O art.º 51.º do regime aprovado pelo Decreto-Lei n.º 49408 estabelecia que:
- “1.O trabalhador tem direito a um dia de descanso por semana, que só excepcionalmente e por motivos ponderosos pode deixar de ser o domingo.
- 2.Sendo o trabalho prestado no regime de turnos, estes devem ser organizados de modo que os trabalhadores de cada turno tenham, em sete dias, um dia de descanso.
(...)”.
A tal propósito escreveu-se no acórdão deste STA de 19.10.76, proferido pela Secção de Contencioso do Trabalho e Previdência Social (in A.D. 178-1326):
“(...)
E cremos não dever pôr-se em dúvida a natureza de interesse e ordem pública das normas que estabelecem o dia de descanso semanal tendo em linha de conta os valores que as inspiram, atinentes à salvaguarda da saúde, bem estar, e, mesmo da produtividade, dos trabalhadores. Trata-se, pois, de normas imperativas, cuja exacta observância não pode ser afastada pela vontade das partes ou por qualquer entidade.”

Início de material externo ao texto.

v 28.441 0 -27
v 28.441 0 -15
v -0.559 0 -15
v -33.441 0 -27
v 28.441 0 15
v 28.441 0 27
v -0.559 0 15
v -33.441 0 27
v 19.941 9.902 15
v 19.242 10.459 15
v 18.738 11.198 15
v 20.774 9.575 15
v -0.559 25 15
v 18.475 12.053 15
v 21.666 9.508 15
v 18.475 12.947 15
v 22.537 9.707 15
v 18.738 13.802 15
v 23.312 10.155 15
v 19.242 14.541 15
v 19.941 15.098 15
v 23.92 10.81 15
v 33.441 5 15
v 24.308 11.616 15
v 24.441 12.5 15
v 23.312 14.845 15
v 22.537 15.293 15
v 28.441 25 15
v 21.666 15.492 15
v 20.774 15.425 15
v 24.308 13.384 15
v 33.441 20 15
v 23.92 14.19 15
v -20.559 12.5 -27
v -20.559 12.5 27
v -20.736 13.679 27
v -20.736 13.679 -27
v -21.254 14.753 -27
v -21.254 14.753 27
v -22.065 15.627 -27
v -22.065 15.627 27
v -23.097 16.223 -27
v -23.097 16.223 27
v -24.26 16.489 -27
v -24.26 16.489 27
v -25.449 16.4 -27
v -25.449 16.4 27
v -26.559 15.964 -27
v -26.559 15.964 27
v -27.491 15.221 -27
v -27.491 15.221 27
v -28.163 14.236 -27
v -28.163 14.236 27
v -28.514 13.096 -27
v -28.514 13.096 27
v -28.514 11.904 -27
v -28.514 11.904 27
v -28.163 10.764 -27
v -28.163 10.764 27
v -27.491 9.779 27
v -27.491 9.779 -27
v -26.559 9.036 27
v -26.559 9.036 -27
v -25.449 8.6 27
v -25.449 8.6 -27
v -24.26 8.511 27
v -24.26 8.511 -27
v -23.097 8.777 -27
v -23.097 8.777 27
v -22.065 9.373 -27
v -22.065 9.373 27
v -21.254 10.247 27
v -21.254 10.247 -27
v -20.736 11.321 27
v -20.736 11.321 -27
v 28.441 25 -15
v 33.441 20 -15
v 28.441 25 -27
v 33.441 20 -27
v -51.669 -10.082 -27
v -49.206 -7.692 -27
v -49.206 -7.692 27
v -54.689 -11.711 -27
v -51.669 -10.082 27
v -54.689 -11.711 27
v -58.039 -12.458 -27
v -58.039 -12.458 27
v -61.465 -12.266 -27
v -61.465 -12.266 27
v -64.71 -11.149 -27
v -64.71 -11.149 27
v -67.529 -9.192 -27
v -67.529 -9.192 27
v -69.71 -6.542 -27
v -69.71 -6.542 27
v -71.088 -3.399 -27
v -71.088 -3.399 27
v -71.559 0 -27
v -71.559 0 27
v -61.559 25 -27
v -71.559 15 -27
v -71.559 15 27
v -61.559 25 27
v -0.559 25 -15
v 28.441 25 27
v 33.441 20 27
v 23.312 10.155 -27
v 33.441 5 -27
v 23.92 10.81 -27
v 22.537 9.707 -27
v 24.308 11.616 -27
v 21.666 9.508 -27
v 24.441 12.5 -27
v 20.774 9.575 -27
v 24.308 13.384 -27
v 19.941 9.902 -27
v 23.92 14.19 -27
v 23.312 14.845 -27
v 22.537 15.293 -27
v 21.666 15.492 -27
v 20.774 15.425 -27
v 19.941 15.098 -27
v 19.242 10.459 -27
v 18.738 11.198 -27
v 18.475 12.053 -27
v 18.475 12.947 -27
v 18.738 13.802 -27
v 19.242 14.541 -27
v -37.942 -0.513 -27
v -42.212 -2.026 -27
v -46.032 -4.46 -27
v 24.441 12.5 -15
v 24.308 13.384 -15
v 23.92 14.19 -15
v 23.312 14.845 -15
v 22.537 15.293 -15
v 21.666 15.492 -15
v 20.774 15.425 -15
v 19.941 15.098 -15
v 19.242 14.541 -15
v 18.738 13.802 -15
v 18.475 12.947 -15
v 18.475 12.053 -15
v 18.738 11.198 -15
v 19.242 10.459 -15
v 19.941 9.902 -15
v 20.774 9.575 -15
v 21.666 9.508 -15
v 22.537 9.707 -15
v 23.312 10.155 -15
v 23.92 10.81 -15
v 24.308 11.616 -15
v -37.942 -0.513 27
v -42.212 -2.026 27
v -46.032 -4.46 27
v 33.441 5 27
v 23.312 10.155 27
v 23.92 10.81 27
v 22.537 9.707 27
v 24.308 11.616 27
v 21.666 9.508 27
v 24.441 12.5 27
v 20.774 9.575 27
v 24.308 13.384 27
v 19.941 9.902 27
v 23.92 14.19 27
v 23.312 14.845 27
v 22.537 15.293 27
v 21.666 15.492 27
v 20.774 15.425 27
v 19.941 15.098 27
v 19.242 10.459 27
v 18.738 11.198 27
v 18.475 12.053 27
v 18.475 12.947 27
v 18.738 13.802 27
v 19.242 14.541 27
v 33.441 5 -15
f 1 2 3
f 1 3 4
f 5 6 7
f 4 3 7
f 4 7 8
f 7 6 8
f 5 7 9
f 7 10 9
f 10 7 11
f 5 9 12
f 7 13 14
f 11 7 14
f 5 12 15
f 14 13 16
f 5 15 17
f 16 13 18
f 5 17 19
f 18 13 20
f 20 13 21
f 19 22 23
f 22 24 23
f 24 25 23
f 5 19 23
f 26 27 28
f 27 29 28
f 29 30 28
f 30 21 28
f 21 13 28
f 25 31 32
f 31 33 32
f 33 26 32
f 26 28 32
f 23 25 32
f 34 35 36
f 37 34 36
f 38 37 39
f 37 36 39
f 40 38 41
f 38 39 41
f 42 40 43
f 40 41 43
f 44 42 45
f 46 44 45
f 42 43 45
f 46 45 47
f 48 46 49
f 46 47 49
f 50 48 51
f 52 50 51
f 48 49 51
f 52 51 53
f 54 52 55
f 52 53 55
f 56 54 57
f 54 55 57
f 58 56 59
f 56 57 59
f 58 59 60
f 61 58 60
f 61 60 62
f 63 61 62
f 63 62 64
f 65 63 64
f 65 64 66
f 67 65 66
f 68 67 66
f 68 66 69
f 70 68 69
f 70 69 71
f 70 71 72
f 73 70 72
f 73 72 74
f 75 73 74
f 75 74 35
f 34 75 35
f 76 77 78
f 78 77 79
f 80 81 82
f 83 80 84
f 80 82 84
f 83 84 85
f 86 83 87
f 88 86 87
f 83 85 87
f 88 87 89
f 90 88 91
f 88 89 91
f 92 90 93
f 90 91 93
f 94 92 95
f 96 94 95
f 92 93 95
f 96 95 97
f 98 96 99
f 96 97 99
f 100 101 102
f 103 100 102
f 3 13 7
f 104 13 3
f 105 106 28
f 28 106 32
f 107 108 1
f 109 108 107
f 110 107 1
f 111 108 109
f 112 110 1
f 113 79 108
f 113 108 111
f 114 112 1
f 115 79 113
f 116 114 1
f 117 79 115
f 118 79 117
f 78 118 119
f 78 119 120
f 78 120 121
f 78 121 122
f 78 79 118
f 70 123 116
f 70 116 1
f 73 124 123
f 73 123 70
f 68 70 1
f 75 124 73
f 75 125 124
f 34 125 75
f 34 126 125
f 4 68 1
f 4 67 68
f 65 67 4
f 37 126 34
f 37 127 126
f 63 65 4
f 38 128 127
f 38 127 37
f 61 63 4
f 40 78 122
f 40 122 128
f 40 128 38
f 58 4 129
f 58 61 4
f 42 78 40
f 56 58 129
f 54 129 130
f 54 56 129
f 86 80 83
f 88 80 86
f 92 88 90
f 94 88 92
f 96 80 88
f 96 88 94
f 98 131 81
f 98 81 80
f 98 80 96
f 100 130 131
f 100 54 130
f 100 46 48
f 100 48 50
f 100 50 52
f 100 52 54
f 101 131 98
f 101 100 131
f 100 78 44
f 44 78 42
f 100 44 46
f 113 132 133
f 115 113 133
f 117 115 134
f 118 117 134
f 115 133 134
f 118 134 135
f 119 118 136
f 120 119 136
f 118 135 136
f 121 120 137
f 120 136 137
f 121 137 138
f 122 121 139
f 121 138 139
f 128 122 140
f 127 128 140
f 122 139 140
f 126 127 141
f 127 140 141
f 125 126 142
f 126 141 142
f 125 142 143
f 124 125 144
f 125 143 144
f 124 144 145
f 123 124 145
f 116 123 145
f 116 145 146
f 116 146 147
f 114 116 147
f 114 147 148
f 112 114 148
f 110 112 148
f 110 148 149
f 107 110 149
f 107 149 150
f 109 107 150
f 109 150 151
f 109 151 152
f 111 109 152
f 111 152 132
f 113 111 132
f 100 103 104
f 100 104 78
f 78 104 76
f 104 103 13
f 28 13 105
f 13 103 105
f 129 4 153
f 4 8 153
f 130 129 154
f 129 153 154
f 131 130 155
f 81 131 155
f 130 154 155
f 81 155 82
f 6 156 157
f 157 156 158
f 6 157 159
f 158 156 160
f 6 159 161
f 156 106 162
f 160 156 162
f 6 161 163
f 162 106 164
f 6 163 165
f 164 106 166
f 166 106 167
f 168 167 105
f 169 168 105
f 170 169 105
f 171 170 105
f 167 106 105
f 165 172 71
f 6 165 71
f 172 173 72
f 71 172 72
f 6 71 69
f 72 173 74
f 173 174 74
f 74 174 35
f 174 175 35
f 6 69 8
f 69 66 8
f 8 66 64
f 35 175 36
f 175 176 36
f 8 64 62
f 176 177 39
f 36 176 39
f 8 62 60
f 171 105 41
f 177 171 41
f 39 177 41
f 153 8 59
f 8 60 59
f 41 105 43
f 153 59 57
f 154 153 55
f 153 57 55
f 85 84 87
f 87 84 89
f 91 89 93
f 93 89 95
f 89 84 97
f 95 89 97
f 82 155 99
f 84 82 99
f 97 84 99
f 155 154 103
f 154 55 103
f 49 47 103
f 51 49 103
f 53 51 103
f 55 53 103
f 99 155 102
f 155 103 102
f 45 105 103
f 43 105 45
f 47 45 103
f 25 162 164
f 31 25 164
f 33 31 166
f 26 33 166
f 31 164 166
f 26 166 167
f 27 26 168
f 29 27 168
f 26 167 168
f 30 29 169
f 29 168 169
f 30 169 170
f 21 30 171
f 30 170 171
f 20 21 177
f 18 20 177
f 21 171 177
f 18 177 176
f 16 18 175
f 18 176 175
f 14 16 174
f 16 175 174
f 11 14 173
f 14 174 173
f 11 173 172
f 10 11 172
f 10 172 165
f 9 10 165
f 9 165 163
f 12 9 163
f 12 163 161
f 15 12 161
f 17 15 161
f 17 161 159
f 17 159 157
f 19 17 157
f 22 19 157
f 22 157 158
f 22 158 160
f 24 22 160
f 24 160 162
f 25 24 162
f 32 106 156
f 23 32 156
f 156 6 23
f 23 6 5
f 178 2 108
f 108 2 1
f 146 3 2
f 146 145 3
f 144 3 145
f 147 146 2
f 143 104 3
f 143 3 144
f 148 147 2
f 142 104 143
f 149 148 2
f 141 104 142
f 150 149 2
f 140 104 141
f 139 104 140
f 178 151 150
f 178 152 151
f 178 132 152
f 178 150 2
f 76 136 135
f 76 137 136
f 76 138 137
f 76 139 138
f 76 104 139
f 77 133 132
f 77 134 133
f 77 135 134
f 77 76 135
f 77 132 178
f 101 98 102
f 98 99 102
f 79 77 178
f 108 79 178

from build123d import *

# Parameters (mm, degrees)
ESTRUSIONE_ESTRUSIONE1_DEPTH = 27
SMUSSO1_SIZE                 = 10
SMUSSO2_SIZE                 = 5
SCHIZZO2_W                   = 34
SCHIZZO2_H                   = 30
TAGLIO_ESTRUSIONE1_DEPTH     = 86.181546674
SCHIZZO3_R                   = 3
SCHIZZO3_R_2                 = 4
TAGLIO_ESTRUSIONE2_DEPTH     = 94.067963842


with BuildPart() as part:
    # Schizzo1 → Estrusione-Estrusione1 (new, symmetric)
    with BuildSketch(Plane.XY):
        with BuildLine():
            Line((-71.558688457, 25), (33.441311543, 25))
            Line((33.441311543, 25), (33.441311543, 0))
            Line((33.441311543, 0), (-33.441311543, 0))
            ThreePointArc((-33.441311543, 0), (-42.211891736, -2.025659315), (-49.205851182, -7.692307692))
            ThreePointArc((-49.205851182, -7.692307692), (-63.126214368, -11.819696822), (-71.558688457, 0))
            Line((-71.558688457, 0), (-71.558688457, 25))
        make_face()
    extrude(amount=ESTRUSIONE_ESTRUSIONE1_DEPTH, both=True)

    # Smusso1
    smusso1_edges = [part.edges().sort_by_distance(p)[0] for p in [
        (-71.558688457, 25, 0),
    ]]
    chamfer(smusso1_edges, length=SMUSSO1_SIZE)

    # Smusso2
    smusso2_edges = [part.edges().sort_by_distance(p)[0] for p in [
        (33.441311543, 25, 0),
        (33.441311543, 0, 0),
    ]]
    chamfer(smusso2_edges, length=SMUSSO2_SIZE)

    # Schizzo2 → Taglio-Estrusione1 (cut, through all)
    with BuildSketch(Plane(origin=(0, 25, 0), x_dir=(1, 0, 0), z_dir=(0, 1, 0))):
        with Locations((16.441311543, 0)):
            Rectangle(SCHIZZO2_W, SCHIZZO2_H)
    extrude(amount=-TAGLIO_ESTRUSIONE1_DEPTH, mode=Mode.SUBTRACT)

    # Schizzo3 → Taglio-Estrusione2 (cut, through all)
    with BuildSketch(Plane.XY.offset(27)):
        with Locations((21.441311543, 12.5)):
            Circle(SCHIZZO3_R)
        with Locations((-24.558688457, 12.5)):
            Circle(SCHIZZO3_R_2)
    extrude(amount=-TAGLIO_ESTRUSIONE2_DEPTH, mode=Mode.SUBTRACT)


solid = part.part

Refira-se que o direito ao descanso semanal constitui hoje um direito dos trabalhadores, constitucionalmente consagrado no art.º 59.º, n.º 1, al. d) da CRP.
A propósito do descanso semanal, previsto na Lei do Contrato Colectivo de Trabalho, in “Direito do Trabalho” (10.ª ed., a p. 346) defende Monteiro Fernandes, autor citado no acórdão-fundamento, e pela Digna Magistrada do M.ª P.º no aludido parecer, o seguinte:
"Esse período de repouso deverá cobrir um dia de calendário, isto é, um segmento temporal iniciado às 0 horas e terminado às 24; não hão-de, pois, ser computadas no descanso semanal obrigatório as horas que, normalmente, medeiam entre o termo de uma jornada de trabalho e as 24 horas, assim como as que vão das 0 horas até ao início do correspondente dia de actividade. Esta exigência coloca alguns condicionamentos à organização de horários de turnos rotativos, no regime de laboração contínua, mas não se vê que, com referência a "um dia", que a lei queira outra coisa, tendo nomeadamente em vista que o descanso semanal só preenche plenamente a sua finalidade se corresponder na íntegra ao ciclo biológico do dia normal" (é nosso o sublinhado).

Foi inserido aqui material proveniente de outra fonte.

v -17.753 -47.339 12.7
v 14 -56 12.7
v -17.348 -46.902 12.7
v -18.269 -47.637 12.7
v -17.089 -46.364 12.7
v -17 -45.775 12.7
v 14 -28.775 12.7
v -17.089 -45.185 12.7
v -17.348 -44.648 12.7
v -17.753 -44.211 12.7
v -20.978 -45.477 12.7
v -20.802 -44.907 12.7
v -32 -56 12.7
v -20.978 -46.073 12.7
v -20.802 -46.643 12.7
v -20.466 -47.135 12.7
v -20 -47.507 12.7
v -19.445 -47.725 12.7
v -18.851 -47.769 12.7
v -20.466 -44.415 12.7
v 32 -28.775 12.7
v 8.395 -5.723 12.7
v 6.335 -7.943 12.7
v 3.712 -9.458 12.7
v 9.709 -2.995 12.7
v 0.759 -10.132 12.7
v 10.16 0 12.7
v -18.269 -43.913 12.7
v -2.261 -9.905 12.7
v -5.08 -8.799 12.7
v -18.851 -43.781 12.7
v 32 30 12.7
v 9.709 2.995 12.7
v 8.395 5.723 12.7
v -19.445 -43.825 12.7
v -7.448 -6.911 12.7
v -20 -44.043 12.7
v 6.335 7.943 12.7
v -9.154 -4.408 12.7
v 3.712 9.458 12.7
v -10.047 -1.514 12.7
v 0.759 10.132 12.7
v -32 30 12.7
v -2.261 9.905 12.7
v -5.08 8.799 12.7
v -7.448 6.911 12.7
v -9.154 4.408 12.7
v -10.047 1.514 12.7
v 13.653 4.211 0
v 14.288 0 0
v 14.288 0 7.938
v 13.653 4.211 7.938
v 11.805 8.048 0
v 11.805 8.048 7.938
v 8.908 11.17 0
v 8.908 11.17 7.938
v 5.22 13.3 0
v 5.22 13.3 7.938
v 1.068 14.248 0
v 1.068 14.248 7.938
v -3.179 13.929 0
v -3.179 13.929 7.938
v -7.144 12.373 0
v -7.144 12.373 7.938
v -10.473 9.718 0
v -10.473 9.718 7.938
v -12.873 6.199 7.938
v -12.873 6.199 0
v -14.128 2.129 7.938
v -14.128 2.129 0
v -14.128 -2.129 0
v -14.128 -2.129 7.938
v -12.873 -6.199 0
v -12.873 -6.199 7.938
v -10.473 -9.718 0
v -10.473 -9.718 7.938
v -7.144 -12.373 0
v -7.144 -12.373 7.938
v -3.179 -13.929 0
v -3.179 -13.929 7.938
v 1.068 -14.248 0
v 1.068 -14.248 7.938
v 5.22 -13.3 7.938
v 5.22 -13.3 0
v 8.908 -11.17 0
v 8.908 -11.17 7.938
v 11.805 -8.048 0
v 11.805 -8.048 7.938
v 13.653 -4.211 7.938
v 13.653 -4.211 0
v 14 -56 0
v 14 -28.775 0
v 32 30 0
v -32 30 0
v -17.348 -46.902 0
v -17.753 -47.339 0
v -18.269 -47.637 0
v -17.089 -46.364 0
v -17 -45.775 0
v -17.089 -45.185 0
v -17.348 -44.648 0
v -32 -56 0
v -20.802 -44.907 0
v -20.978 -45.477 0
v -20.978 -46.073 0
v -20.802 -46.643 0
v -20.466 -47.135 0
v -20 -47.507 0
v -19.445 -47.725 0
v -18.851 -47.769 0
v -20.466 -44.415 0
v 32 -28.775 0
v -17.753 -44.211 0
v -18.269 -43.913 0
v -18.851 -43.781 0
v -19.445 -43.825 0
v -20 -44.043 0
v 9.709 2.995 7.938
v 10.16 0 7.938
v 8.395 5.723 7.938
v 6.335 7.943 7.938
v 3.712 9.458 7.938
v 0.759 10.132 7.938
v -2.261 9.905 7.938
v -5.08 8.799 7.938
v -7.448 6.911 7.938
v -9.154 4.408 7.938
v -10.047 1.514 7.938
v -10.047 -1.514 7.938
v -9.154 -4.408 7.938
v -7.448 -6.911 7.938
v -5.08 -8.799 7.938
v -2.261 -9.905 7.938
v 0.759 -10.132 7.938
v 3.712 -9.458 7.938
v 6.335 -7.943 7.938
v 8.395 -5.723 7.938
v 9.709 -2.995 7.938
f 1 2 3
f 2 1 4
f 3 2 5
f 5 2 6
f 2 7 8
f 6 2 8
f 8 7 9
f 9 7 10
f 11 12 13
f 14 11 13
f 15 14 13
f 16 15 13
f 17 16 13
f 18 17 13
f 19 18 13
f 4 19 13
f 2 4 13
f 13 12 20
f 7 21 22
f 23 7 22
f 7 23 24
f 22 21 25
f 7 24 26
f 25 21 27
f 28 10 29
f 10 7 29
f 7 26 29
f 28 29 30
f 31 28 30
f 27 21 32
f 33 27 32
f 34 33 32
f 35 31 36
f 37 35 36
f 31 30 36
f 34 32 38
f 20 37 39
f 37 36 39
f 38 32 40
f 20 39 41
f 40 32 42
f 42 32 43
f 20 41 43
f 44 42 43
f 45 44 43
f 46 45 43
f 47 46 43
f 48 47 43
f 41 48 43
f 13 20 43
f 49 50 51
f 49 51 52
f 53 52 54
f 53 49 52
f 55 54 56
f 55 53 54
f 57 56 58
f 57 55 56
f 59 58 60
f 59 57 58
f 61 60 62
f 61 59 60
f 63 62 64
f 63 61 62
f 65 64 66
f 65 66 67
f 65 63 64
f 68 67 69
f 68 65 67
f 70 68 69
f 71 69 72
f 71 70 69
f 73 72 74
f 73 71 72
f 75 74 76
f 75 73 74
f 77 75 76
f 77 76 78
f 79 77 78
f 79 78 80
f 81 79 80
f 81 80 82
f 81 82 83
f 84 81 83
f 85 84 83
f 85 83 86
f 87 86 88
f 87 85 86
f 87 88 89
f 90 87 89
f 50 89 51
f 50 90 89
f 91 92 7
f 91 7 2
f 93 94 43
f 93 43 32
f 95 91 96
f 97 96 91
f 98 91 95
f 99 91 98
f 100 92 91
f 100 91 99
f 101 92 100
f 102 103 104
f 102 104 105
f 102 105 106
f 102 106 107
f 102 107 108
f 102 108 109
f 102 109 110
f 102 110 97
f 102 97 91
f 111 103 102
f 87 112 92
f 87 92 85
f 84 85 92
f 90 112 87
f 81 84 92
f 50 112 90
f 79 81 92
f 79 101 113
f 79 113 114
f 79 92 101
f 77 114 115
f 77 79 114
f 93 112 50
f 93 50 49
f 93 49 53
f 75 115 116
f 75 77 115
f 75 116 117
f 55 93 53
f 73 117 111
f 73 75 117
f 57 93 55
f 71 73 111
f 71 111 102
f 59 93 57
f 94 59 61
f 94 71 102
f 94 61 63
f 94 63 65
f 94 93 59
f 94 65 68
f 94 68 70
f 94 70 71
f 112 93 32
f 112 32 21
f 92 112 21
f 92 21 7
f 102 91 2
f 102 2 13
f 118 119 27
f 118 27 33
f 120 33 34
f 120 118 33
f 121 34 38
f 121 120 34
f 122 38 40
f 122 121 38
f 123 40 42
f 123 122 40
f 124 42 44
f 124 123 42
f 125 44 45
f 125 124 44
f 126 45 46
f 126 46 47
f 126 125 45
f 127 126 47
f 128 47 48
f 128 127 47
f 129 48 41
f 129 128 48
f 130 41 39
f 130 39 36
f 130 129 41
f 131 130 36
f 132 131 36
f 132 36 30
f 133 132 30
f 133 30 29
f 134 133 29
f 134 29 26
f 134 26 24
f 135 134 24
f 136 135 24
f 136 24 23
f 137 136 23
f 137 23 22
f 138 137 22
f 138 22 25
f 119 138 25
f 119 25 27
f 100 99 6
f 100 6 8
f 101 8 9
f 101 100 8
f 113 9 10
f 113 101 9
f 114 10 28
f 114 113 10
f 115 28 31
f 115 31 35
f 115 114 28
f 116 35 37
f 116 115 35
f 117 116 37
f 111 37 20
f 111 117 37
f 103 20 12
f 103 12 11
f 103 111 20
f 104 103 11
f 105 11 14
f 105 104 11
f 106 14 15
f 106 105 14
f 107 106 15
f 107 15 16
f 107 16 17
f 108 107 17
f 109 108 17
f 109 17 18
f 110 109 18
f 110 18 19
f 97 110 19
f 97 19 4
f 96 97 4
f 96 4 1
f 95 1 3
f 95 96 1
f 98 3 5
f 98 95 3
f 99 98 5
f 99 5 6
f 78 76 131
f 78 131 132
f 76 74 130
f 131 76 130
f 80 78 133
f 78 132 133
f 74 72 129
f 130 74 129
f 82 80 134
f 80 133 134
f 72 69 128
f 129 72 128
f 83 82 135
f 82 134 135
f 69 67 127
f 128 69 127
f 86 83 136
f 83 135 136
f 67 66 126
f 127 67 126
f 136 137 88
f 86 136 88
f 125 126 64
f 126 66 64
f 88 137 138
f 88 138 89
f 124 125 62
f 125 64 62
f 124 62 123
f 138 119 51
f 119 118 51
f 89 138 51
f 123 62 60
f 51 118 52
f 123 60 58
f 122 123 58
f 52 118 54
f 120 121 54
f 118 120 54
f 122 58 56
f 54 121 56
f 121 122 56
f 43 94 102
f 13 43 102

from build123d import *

# Parameters (mm, degrees)
SKETCH1_R           = 10.16
SKETCH1_R_2         = 2
BOSS_EXTRUDE1_DEPTH = 12.7
SKETCH2_R           = 14.2875
CUT_EXTRUDE1_DEPTH  = 7.9375


with BuildPart() as part:
    # Sketch1 → Boss-Extrude1 (new body)
    with BuildSketch(Plane.XY):
        Polygon((14, -56), (-32, -56), (-32, 0), (-32, 30), (32, 30), (32, -28.77498914), (14, -28.77498914), align=None)
        Circle(SKETCH1_R, mode=Mode.SUBTRACT)
        with Locations((-19, -45.77498914)):
            Circle(SKETCH1_R_2, mode=Mode.SUBTRACT)
    extrude(amount=BOSS_EXTRUDE1_DEPTH)

    # Sketch2 → Cut-Extrude1 (cut)
    with BuildSketch(Plane.XY):
        Circle(SKETCH2_R)
    extrude(amount=CUT_EXTRUDE1_DEPTH, mode=Mode.SUBTRACT)


solid = part.part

Isto é, o texto da lei (quando refere um dia de descanso semanal) e os elementos antes convocados não deixam de inculcar a ideia de que o legislador pretendeu consagrar como dia de descanso semanal um dia de calendário, isto é, um segmento temporal iniciado às 0 horas e terminado às 24, consagração essa de que não estão ausentes também algumas ressonâncias bíblicas.
Tal como se ponderou no acórdão-fundamento, e em contrário do expendido no acórdão recorrido, não vale o dizer-se que, estando em causa horário nocturno não tem que ser considerado um dia de descanso semanal nos apontados termos, isto é, em função do dia de calendário.
Efectivamente, o dia de descanso semanal (que, em princípio, deve coincidir com o domingo) constitui um princípio geral do regime jurídico em causa, sendo que, e como se viu, é a propósito de determinados regimes laborais, como é o caso dos serviços de limpeza, que a lei refere que esse dia de descanso semanal pode deixar de ser ao Domingo, mas nada mais. Na verdade, numa tal situação, isto é, mesmo relativamente aos trabalhadores com horário nocturno, subsiste o direito a um dia de descanso e, por dia de descanso a que têm direito os trabalhadores em regime de trabalho nocturno, atento o que se deixou referido, tem o mesmo de coincidir com um dia de calendário, isto é, das 0 às 24 horas em dia diferente do Domingo.
Note-se que, e em reforço do que se vem dizendo, prevendo a lei que o dia de descanso complementar possa ser dividido em dois períodos (“que, respectivamente, devem anteceder e seguir imediatamente o dia de descanso semanal”, in n.º 4 do citado art.º 5.º), outro tanto não previu para dia de descanso semanal.
Por tudo o exposto, e em conformidade com as disposições conjugadas dos arts. 5°, nº 2, e 28°, n° 2, do DL n° 187/88, de 27.05, deve concluir-se que têm os recorrentes direito, nos enunciados termos, a um dia de descanso semanal, com os acréscimos remuneratórios legalmente previstos.